# DRRI went *POP*



## vadsy (Dec 2, 2010)

A friend texts me yesterday after his band practice and says he's having amp issues. He plays through a Fender DRRI, several years old and all stock, doesn't travel past 4-5 on the dial. He tells me that in the middle of jamming the amp made a pop sound, got very hissy and went down to a very low volume. I confirmed he was still getting a guitar signal through it but it wasn't much. 

Anything that stands out to the techs in the crowd? Any checks that can be easily performed visually or with a meter before taking it in to a local tech? Tubes? OT? Caps?


----------



## zurn (Oct 21, 2009)

I would definitely check the tubes before anything else or maybe a another speaker.




vadsy said:


> A friend texts me yesterday after his band practice and says he's having amp issues. He plays through a Fender DRRI, several years old and all stock, doesn't travel past 4-5 on the dial. He tells me that in the middle of jamming the amp made a pop sound, got very hissy and went down to a very low volume. I confirmed he was still getting a guitar signal through it but it wasn't much.
> 
> Anything that stands out to the techs in the crowd? Any checks that can be easily performed visually or with a meter before taking it in to a local tech? Tubes? OT? Caps?


----------



## Church-Audio (Sep 27, 2014)

vadsy said:


> A friend texts me yesterday after his band practice and says he's having amp issues. He plays through a Fender DRRI, several years old and all stock, doesn't travel past 4-5 on the dial. He tells me that in the middle of jamming the amp made a pop sound, got very hissy and went down to a very low volume. I confirmed he was still getting a guitar signal through it but it wasn't much.
> 
> Anything that stands out to the techs in the crowd? Any checks that can be easily performed visually or with a meter before taking it in to a local tech? Tubes? OT? Caps?


Its most likely tubes. I would want to take it to a tech make sure that the amp gets chopsticked for bad solder joints ( the tech should know what that is ) and get the tubes checked out. It could be a bad screen resistor as well. I never charge more than 2 hours labor to fix these amps the older ones, older than 2011 have circuit boards that must be removed in order to service the amp. The newer HRD deluxe amps have solder pads on both sides of the board. If its an older one I would have the tech inspect the solder joints on the whole amp to reflow them as needed that makes this amp very reliable again. 

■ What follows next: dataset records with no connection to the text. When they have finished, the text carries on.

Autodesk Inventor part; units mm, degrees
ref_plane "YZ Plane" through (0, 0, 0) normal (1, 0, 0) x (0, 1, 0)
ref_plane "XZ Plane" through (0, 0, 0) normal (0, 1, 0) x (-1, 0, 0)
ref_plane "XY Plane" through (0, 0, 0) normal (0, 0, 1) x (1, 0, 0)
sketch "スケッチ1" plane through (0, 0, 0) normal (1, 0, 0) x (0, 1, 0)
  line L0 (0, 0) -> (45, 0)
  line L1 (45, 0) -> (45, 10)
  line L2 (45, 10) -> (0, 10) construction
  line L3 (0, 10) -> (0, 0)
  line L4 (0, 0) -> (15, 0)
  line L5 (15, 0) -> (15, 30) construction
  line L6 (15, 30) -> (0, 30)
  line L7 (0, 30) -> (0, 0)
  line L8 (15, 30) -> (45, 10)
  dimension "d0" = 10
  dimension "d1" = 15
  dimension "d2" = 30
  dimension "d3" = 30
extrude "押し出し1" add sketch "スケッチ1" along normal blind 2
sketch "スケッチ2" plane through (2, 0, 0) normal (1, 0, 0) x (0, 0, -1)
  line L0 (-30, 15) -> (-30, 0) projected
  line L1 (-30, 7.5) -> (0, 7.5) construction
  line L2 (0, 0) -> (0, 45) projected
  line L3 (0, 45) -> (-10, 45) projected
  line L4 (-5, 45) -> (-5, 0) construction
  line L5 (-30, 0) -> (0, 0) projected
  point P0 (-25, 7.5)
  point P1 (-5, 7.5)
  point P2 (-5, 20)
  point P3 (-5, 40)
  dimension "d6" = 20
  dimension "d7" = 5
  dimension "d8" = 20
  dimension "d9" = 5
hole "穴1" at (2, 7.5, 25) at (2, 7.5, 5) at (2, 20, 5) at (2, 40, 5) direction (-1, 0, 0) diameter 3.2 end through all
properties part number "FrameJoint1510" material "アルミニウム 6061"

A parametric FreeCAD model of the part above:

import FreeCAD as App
import Part
import Sketcher
from FreeCAD import Vector

doc = App.newDocument("Part")
params = doc.addObject("Spreadsheet::Sheet", "Params")
for row, (alias, value) in enumerate([
    ("sketch1_width", "15 mm"),
    ("sketch1_height", "30 mm"),
    ("sketch1_height2", "10 mm"),
    ("pad1_length", "2 mm"),
    ("sketch2_diameter", "3.2 mm"),
    ("hole_diameter", "3.2 mm"),
], start=1):
    params.set(f"A{row}", alias)
    params.set(f"B{row}", "=" + value)
    params.setAlias(f"B{row}", alias)

body = doc.addObject("PartDesign::Body", "Body")

# Sketch on YZ plane
sketch1 = body.newObject("Sketcher::SketchObject", "Sketch")
sketch1.AttachmentSupport = (doc.getObject("YZ_Plane"), [""])
sketch1.MapMode = "FlatFace"
sketch1.addGeometry([
    Part.LineSegment(Vector(0, 30, 0), Vector(0, 0, 0)),  # 0
    Part.LineSegment(Vector(0, 0, 0), Vector(45, 0, 0)),  # 1
    Part.LineSegment(Vector(45, 0, 0), Vector(45, 10, 0)),  # 2
    Part.LineSegment(Vector(45, 10, 0), Vector(15, 30, 0)),  # 3
    Part.LineSegment(Vector(15, 30, 0), Vector(0, 30, 0)),  # 4
], False)
sketch1.addConstraint([
    Sketcher.Constraint("Coincident", 0, 2, 1, 1),
    Sketcher.Constraint("Coincident", 1, 2, 2, 1),
    Sketcher.Constraint("Coincident", 2, 2, 3, 1),
    Sketcher.Constraint("Coincident", 3, 2, 4, 1),
    Sketcher.Constraint("Coincident", 4, 2, 0, 1),
    Sketcher.Constraint("Vertical", 0),
    Sketcher.Constraint("Horizontal", 1),
    Sketcher.Constraint("Vertical", 2),
    Sketcher.Constraint("Horizontal", 4),
    Sketcher.Constraint("Coincident", 0, 2, -1, 1),
    Sketcher.Constraint("DistanceX", 4, 2, 4, 1, 15.0),
    Sketcher.Constraint("DistanceY", 0, 2, 0, 1, 30.0),
    Sketcher.Constraint("DistanceY", 2, 1, 2, 2, 10.0),
    Sketcher.Constraint("DistanceX", 3, 2, 2, 2, 30.0),
])
sketch1.setExpression("Constraints[10]", "Params.sketch1_width")
sketch1.setExpression("Constraints[11]", "Params.sketch1_height")
sketch1.setExpression("Constraints[12]", "Params.sketch1_height2")
pad1 = body.newObject("PartDesign::Pad", "Pad")
pad1.Profile = sketch1
pad1.setExpression("Length", "Params.pad1_length")

# Sketch on YZ plane
sketch2 = body.newObject("Sketcher::SketchObject", "Sketch001")
sketch2.AttachmentSupport = (doc.getObject("YZ_Plane"), [""])
sketch2.MapMode = "FlatFace"
sketch2.AttachmentOffset = App.Placement(Vector(0, 0, 2), App.Rotation())
sketch2.addGeometry([
    Part.Circle(Vector(7.5, 25, 0), Vector(0, 0, 1), 1.6),
    Part.Circle(Vector(7.5, 5, 0), Vector(0, 0, 1), 1.6),
    Part.Circle(Vector(20, 5, 0), Vector(0, 0, 1), 1.6),
    Part.Circle(Vector(40, 5, 0), Vector(0, 0, 1), 1.6),
], False)
sketch2.addConstraint([
    Sketcher.Constraint("Equal", 0, 1),
    Sketcher.Constraint("Equal", 1, 2),
    Sketcher.Constraint("Equal", 2, 3),
    Sketcher.Constraint("Horizontal", 1, 3, 2, 3),
    Sketcher.Constraint("Horizontal", 2, 3, 3, 3),
    Sketcher.Constraint("Vertical", 0, 3, 1, 3),
    Sketcher.Constraint("Diameter", 0, 3.2),
    Sketcher.Constraint("DistanceY", -1, 1, 0, 3, 25.0),
    Sketcher.Constraint("DistanceY", -1, 1, 1, 3, 5.0),
    Sketcher.Constraint("DistanceX", -1, 1, 2, 3, 20.0),
    Sketcher.Constraint("DistanceX", -1, 1, 3, 3, 40.0),
    Sketcher.Constraint("DistanceX", -1, 1, 0, 3, 7.5),
])
sketch2.setExpression("Constraints[6]", "Params.sketch2_diameter")
doc.recompute()
hole = body.newObject("PartDesign::Hole", "Hole")
hole.Profile = sketch2
hole.ThreadType = "None"
hole.setExpression("Diameter", "Params.hole_diameter")
hole.DepthType = "ThroughAll"

doc.recompute()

I don't recommend ever putting in new power tubes for a end user without taking it in for service by a qualified tech. the reason being you could have internal damage that will damage your new tubes! costing you more money than if you just took it to a shop in the first place. If you must try tubes you can try substituting a known good preamp tube one at a time on the amp and see if that helps. The fact that it has not blown a fuse is a good sign. I would be surprised if it was a output transformer. Also make sure your plugged into the correct speaker jack  The wrong jack will lower the volume big time but you have pops and hissy so that says preamp tubes or power tubes. 


Take it to a tech the short answer


----------



## Keefer (Feb 15, 2011)

That _does_ sound like an output tube has let go, or they have come loose from the socket, or has a dirty connection. I would start by pulling the output tubes out, and re-seat them. If the issue is still there, replace them. 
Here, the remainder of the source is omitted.